All of the records must be set down again word for word.

BEGIN

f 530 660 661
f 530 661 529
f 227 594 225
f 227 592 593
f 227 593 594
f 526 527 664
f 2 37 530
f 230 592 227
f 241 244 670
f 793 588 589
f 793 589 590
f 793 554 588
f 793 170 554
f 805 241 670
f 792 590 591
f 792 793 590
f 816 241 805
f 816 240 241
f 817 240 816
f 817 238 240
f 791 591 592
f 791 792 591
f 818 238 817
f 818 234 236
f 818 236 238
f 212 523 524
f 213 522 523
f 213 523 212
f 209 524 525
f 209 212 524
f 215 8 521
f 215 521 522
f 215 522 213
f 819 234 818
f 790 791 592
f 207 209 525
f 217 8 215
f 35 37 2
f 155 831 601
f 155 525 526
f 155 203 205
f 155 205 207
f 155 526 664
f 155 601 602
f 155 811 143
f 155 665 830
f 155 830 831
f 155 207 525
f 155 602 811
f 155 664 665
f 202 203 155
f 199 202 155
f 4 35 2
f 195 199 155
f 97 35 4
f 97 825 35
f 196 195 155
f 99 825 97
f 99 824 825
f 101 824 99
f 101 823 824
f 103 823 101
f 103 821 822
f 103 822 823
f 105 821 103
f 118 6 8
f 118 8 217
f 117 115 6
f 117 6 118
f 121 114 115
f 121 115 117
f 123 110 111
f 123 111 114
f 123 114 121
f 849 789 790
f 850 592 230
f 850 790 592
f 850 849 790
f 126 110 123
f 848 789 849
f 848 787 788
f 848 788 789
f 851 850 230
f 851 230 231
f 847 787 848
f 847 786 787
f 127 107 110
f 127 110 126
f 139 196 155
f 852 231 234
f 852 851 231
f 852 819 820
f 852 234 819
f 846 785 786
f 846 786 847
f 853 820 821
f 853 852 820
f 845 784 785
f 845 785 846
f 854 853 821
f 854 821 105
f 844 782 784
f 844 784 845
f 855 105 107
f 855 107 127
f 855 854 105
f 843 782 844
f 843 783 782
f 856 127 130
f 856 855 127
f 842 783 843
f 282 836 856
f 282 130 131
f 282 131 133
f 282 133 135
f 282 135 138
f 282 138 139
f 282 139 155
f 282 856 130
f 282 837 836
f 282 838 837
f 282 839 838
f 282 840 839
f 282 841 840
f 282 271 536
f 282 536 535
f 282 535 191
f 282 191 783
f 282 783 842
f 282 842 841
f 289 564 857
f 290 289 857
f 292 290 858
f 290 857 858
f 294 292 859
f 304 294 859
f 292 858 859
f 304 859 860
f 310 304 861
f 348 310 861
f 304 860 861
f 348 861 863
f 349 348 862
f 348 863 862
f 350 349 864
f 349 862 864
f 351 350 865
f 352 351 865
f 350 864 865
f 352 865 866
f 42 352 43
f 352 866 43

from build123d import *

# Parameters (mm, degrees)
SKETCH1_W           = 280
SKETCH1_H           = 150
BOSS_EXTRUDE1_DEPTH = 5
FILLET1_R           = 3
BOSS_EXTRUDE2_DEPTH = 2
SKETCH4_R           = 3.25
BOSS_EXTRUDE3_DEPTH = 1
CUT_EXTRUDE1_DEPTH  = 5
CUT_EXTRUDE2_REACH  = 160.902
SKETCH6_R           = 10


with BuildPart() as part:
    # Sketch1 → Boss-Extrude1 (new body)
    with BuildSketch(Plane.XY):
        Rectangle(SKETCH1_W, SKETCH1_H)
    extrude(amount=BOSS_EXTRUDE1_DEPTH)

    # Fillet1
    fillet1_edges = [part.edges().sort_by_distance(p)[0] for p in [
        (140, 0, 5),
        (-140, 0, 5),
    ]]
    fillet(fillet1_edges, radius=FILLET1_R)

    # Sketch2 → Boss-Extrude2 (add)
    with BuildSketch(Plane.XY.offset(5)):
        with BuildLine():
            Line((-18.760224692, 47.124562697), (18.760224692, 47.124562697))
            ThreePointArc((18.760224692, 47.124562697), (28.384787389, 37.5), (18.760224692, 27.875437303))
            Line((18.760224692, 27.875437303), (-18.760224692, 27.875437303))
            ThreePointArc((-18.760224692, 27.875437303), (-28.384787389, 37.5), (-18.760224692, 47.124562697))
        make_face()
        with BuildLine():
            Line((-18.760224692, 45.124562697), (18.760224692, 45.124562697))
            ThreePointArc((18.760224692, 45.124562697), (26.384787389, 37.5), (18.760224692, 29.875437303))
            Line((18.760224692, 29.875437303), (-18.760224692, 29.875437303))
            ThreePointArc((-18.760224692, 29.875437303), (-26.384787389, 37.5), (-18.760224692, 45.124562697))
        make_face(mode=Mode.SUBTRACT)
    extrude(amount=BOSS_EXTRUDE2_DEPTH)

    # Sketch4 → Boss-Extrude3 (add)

END

**SOLUTION**:
f 530 660 661
f 530 661 529
f 227 594 225
f 227 592 593
f 227 593 594
f 526 527 664
f 2 37 530
f 230 592 227
f 241 244 670
f 793 588 589
f 793 589 590
f 793 554 588
f 793 170 554
f 805 241 670
f 792 590 591
f 792 793 590
f 816 241 805
f 816 240 241
f 817 240 816
f 817 238 240
f 791 591 592
f 791 792 591
f 818 238 817
f 818 234 236
f 818 236 238
f 212 523 524
f 213 522 523
f 213 523 212
f 209 524 525
f 209 212 524
f 215 8 521
f 215 521 522
f 215 522 213
f 819 234 818
f 790 791 592
f 207 209 525
f 217 8 215
f 35 37 2
f 155 831 601
f 155 525 526
f 155 203 205
f 155 205 207
f 155 526 664
f 155 601 602
f 155 811 143
f 155 665 830
f 155 830 831
f 155 207 525
f 155 602 811
f 155 664 665
f 202 203 155
f 199 202 155
f 4 35 2
f 195 199 155
f 97 35 4
f 97 825 35
f 196 195 155
f 99 825 97
f 99 824 825
f 101 824 99
f 101 823 824
f 103 823 101
f 103 821 822
f 103 822 823
f 105 821 103
f 118 6 8
f 118 8 217
f 117 115 6
f 117 6 118
f 121 114 115
f 121 115 117
f 123 110 111
f 123 111 114
f 123 114 121
f 849 789 790
f 850 592 230
f 850 790 592
f 850 849 790
f 126 110 123
f 848 789 849
f 848 787 788
f 848 788 789
f 851 850 230
f 851 230 231
f 847 787 848
f 847 786 787
f 127 107 110
f 127 110 126
f 139 196 155
f 852 231 234
f 852 851 231
f 852 819 820
f 852 234 819
f 846 785 786
f 846 786 847
f 853 820 821
f 853 852 820
f 845 784 785
f 845 785 846
f 854 853 821
f 854 821 105
f 844 782 784
f 844 784 845
f 855 105 107
f 855 107 127
f 855 854 105
f 843 782 844
f 843 783 782
f 856 127 130
f 856 855 127
f 842 783 843
f 282 836 856
f 282 130 131
f 282 131 133
f 282 133 135
f 282 135 138
f 282 138 139
f 282 139 155
f 282 856 130
f 282 837 836
f 282 838 837
f 282 839 838
f 282 840 839
f 282 841 840
f 282 271 536
f 282 536 535
f 282 535 191
f 282 191 783
f 282 783 842
f 282 842 841
f 289 564 857
f 290 289 857
f 292 290 858
f 290 857 858
f 294 292 859
f 304 294 859
f 292 858 859
f 304 859 860
f 310 304 861
f 348 310 861
f 304 860 861
f 348 861 863
f 349 348 862
f 348 863 862
f 350 349 864
f 349 862 864
f 351 350 865
f 352 351 865
f 350 864 865
f 352 865 866
f 42 352 43
f 352 866 43

from build123d import *

# Parameters (mm, degrees)
SKETCH1_W           = 280
SKETCH1_H           = 150
BOSS_EXTRUDE1_DEPTH = 5
FILLET1_R           = 3
BOSS_EXTRUDE2_DEPTH = 2
SKETCH4_R           = 3.25
BOSS_EXTRUDE3_DEPTH = 1
CUT_EXTRUDE1_DEPTH  = 5
CUT_EXTRUDE2_REACH  = 160.902
SKETCH6_R           = 10


with BuildPart() as part:
    # Sketch1 → Boss-Extrude1 (new body)
    with BuildSketch(Plane.XY):
        Rectangle(SKETCH1_W, SKETCH1_H)
    extrude(amount=BOSS_EXTRUDE1_DEPTH)

    # Fillet1
    fillet1_edges = [part.edges().sort_by_distance(p)[0] for p in [
        (140, 0, 5),
        (-140, 0, 5),
    ]]
    fillet(fillet1_edges, radius=FILLET1_R)

    # Sketch2 → Boss-Extrude2 (add)
    with BuildSketch(Plane.XY.offset(5)):
        with BuildLine():
            Line((-18.760224692, 47.124562697), (18.760224692, 47.124562697))
            ThreePointArc((18.760224692, 47.124562697), (28.384787389, 37.5), (18.760224692, 27.875437303))
            Line((18.760224692, 27.875437303), (-18.760224692, 27.875437303))
            ThreePointArc((-18.760224692, 27.875437303), (-28.384787389, 37.5), (-18.760224692, 47.124562697))
        make_face()
        with BuildLine():
            Line((-18.760224692, 45.124562697), (18.760224692, 45.124562697))
            ThreePointArc((18.760224692, 45.124562697), (26.384787389, 37.5), (18.760224692, 29.875437303))
            Line((18.760224692, 29.875437303), (-18.760224692, 29.875437303))
            ThreePointArc((-18.760224692, 29.875437303), (-26.384787389, 37.5), (-18.760224692, 45.124562697))
        make_face(mode=Mode.SUBTRACT)
    extrude(amount=BOSS_EXTRUDE2_DEPTH)

    # Sketch4 → Boss-Extrude3 (add)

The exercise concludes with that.